Prevenire le malattie trasmesse dagli alimenti

La preparazione e conservazione dei cibi a casa può nascondere delle insidie, se non si osservano alcune semplici regole di igiene, infatti le infezioni trasmesse dagli alimenti possono essere in agguato. Tra cui le più frequenti troviamo la salmonellosi, che ha fatto registrare in Europa 91.000 casi nel 2012, i cui sintomi tipici sono febbre, crampi addominali e vomito, e la campilobatteriosi (in totale 214.000 casi di infezione segnalati nel 2012), i cui sintomi tipici includono diarrea, febbre e mal di testa.

Le carni di pollame sono l’alimento in cui si riscontrano  più frequentemente entrambi i batteri: Salmonella e Campylobacter. Tuttavia la cottura completa delle carni consente di eliminarli, ma bisogna fare molta attenzione anche quando si manipola la carne cruda, in modo da evitare le cosiddette contaminazioni crociate.

Se si lava il pollo sotto l’acqua corrente, gli schizzi  possono contaminare il lavello e le superfici vicine. Quindi meglio non lavarlo, tanto più che una idonea cottura distrugge i batteri. Inoltre può contaminare il piano di lavoro, gli utensili, l’abbigliamento, gli strofinacci e le mani. Bisogna ricordarsi sempre di pulire bene con acqua e detersivo il lavello, tutti gli attrezzi e i piani di lavoro che sono venuti in contatto con la carne, in modo da evitare che  alimenti già cotti possano contaminarsi su superfici sporche.  I rotoli di carta a perdere possono essere usati al posto dei canovacci. Dopo la manipolazione della carne cruda, particolare attenzione richiedono le mani, che vanno lavate per 20 secondi con acqua calda e sapone.

Le stesse regole valgono anche per le uova.

Per evitare le malattie trasmesse dagli alimenti è importante anche la corretta gestione del frigorifero di casa. Questo va mantenuto ad una temperatura intorno ai 4-5 gradi (sulla mensola centrale), misurabile con un normale termometro. Il punto più freddo del frigorifero è la mensola più bassa, subito sopra il cassetto per le verdure, mentre la parte meno fredda è rappresentata dallo sportello. Per non sbagliare si può leggere con attenzione il libretto delle istruzioni. Carne  e pesce vanno riposti nella parte più fredda.

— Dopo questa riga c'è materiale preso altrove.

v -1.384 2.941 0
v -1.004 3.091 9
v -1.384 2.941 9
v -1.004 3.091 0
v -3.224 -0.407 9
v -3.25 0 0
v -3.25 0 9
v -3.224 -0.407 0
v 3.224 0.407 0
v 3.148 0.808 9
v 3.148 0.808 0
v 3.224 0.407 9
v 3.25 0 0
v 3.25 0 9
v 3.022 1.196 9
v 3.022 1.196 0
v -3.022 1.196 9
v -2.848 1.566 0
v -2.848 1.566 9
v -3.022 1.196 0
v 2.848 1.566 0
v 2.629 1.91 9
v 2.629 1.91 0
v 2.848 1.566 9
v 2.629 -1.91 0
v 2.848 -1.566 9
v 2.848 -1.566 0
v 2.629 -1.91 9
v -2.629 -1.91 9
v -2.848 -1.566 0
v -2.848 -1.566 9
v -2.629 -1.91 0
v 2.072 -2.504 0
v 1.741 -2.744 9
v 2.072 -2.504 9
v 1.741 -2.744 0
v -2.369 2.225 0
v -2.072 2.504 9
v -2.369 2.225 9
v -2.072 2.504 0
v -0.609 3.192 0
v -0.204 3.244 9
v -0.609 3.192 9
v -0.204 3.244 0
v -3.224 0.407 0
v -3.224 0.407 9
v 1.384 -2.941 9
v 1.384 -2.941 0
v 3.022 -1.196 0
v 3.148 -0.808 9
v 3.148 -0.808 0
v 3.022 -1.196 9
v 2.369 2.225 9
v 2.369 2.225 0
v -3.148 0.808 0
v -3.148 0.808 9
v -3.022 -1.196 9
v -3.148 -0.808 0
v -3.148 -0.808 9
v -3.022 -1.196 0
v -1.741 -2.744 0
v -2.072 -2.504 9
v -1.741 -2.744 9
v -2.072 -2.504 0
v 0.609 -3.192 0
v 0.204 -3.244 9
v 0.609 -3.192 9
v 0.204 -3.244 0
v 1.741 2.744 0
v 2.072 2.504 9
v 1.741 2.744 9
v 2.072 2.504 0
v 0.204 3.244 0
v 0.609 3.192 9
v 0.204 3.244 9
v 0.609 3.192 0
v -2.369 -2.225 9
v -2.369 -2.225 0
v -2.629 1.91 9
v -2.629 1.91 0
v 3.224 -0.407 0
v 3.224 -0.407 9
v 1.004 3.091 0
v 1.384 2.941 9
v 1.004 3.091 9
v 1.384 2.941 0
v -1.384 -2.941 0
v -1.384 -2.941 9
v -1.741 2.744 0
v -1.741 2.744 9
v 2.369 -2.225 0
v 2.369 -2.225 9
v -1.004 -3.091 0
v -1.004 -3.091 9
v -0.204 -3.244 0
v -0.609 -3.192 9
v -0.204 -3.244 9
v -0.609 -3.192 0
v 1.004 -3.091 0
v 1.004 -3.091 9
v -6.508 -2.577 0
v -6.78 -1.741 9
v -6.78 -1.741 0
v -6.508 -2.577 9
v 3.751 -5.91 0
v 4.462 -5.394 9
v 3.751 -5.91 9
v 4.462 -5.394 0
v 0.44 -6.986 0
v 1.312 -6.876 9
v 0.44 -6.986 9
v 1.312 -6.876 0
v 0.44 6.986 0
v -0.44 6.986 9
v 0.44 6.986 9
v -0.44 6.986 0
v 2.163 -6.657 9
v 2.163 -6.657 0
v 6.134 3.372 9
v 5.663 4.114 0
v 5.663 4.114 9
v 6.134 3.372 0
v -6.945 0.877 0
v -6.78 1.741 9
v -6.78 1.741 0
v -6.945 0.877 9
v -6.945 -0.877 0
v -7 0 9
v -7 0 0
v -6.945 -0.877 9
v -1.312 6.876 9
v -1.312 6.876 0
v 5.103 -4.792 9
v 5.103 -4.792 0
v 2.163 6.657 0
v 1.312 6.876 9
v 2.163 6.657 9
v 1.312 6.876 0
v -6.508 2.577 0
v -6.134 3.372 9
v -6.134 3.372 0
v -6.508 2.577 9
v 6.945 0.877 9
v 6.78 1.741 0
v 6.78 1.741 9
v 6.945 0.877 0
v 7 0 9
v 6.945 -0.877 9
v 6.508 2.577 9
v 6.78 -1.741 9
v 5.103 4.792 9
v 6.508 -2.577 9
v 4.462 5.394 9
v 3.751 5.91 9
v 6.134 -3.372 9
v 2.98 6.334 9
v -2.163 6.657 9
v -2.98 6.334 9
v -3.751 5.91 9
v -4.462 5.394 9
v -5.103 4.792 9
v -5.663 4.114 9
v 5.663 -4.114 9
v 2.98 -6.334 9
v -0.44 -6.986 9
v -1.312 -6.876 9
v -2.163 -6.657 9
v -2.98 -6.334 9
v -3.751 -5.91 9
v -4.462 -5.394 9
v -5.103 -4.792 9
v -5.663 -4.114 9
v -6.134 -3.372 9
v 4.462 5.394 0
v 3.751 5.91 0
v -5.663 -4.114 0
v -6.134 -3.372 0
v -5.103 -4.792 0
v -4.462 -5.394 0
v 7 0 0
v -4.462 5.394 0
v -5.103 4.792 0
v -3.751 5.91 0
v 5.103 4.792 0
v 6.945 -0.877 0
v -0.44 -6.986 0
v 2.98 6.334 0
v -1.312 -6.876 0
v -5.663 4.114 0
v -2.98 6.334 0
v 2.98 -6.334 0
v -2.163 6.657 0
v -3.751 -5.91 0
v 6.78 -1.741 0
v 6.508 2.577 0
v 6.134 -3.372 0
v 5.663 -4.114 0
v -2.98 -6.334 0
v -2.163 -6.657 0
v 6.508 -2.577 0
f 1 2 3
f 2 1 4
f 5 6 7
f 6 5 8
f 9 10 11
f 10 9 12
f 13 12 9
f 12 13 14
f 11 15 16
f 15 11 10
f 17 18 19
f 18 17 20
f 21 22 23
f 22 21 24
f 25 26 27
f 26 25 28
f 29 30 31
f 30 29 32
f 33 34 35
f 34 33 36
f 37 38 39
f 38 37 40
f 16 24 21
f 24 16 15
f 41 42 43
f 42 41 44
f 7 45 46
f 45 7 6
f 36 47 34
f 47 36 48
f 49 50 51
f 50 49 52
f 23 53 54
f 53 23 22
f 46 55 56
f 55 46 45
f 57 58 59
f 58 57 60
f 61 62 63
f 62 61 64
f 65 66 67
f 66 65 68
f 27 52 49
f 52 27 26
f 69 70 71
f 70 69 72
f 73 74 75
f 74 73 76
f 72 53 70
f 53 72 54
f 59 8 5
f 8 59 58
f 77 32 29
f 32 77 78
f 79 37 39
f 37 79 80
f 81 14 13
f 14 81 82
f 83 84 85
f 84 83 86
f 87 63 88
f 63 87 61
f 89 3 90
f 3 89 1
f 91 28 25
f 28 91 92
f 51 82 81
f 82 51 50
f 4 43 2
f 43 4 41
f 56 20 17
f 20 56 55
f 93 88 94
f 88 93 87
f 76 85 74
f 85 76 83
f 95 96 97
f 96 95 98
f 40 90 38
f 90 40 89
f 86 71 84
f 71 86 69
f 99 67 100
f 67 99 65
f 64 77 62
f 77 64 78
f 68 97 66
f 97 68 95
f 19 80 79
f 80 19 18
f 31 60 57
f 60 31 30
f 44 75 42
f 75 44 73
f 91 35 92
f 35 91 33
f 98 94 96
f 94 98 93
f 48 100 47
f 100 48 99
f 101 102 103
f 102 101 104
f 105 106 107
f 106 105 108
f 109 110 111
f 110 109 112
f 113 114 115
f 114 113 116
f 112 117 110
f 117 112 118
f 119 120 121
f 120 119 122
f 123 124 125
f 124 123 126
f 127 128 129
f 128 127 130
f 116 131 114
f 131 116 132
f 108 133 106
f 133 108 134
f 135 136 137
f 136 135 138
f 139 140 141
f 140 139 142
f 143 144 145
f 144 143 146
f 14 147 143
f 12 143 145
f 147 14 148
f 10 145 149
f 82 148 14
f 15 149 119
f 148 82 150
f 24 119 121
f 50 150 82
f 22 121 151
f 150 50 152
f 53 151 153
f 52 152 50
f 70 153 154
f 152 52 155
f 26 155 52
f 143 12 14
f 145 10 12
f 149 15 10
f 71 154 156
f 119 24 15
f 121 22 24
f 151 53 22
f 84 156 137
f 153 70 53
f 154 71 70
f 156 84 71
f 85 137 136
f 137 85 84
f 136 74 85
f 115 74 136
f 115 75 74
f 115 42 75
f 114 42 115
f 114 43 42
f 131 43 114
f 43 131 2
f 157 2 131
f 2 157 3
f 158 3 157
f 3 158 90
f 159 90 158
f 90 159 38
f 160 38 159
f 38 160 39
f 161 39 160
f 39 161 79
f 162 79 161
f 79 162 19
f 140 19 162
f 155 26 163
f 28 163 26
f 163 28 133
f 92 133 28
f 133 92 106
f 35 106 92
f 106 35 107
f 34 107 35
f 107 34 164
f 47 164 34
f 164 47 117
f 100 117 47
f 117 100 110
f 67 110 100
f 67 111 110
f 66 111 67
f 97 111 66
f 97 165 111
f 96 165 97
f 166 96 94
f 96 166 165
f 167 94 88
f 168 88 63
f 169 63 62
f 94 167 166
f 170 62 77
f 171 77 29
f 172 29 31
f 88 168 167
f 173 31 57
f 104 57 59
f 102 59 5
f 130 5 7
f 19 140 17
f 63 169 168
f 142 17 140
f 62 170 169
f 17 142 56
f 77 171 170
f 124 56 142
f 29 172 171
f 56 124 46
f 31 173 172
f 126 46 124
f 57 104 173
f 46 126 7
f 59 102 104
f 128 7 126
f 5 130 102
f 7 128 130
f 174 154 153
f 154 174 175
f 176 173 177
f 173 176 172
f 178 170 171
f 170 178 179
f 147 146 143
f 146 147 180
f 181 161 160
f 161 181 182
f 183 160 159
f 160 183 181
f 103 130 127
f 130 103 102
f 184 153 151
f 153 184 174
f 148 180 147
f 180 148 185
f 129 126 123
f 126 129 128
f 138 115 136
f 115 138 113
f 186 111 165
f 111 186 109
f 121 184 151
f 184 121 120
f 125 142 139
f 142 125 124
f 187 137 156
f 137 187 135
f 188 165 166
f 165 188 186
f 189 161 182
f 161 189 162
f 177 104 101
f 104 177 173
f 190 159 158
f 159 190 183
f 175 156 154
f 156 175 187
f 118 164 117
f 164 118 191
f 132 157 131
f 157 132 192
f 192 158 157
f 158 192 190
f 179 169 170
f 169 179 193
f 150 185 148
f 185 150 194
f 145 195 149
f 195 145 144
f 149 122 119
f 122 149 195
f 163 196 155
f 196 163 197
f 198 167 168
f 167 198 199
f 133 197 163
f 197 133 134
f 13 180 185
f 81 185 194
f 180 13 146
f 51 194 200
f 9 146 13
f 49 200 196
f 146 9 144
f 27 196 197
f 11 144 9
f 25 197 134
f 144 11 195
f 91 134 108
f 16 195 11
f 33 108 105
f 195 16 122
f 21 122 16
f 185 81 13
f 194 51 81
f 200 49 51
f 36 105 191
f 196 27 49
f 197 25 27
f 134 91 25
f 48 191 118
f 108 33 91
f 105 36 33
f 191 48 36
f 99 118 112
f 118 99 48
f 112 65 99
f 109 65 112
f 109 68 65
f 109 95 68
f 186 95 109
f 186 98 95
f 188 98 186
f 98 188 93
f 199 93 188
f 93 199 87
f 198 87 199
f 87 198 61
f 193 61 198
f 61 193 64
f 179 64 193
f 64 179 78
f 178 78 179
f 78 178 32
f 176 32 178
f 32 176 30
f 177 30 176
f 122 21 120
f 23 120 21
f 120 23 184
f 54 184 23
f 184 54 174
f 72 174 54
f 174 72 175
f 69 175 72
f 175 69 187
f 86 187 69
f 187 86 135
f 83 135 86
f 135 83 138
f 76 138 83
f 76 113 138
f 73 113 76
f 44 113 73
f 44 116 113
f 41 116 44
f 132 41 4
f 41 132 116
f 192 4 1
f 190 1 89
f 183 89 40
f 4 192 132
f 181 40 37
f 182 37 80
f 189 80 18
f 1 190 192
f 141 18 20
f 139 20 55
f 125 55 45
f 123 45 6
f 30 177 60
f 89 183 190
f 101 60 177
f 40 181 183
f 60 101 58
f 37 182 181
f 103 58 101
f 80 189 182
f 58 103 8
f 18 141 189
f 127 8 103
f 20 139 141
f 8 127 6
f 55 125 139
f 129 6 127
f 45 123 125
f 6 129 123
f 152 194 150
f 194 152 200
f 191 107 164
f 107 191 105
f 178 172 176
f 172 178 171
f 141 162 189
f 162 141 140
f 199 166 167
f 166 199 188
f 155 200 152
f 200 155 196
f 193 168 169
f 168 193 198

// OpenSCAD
$fn = 50;

difference() {
	union() {
		cylinder(h = 9, r = 7.0);
	}
	union() {
		translate(v = [0.0, 0.0, -100.0]) {
			cylinder(h = 200, r = 3.25);
		}
		translate(v = [0.0, 0.0, -100.0]) {
			cylinder(h = 200, r = 1.8);
		}
		cylinder(h = 9, r = 2.5);
	}
}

Prima di riporre i cibi cotti in frigorifero bisogna lasciarli raffreddare, si evitano così condense e bruschi innalzamenti di temperatura sul ripiano. Meglio raffreddarli velocemente introducendoli in un bagno di acqua fredda e ghiaccio.

Si possono prevenire le contaminazioni crociate nel frigorifero, separando gli alimenti crudi da quelli cotti o pronti per essere consumati (i crudi nei ripiani più bassi e quelli cotti in quelli più alti).  In questo modo  si evita che i batteri, eventualmente presenti nei primi, vengano trasferiti a cibi che non saranno più soggetti a cottura o ad idoneo riscaldamento prima del consumo. È buona regola conservare gli alimenti sia crudi che cotti in contenitori puliti e con coperchio o nelle confezioni originali, dato che queste riportano la data di scadenza e tutte le indicazioni utili per la conservazione.

È necessario evitare il sovraccarico del frigorifero, in modo da permettere all’aria fredda di poter circolare liberamente intorno ai cibi.

Il frigorifero va inoltre pulito regolarmente con prodotti specifici o con acqua e bicarbonato e/o aceto.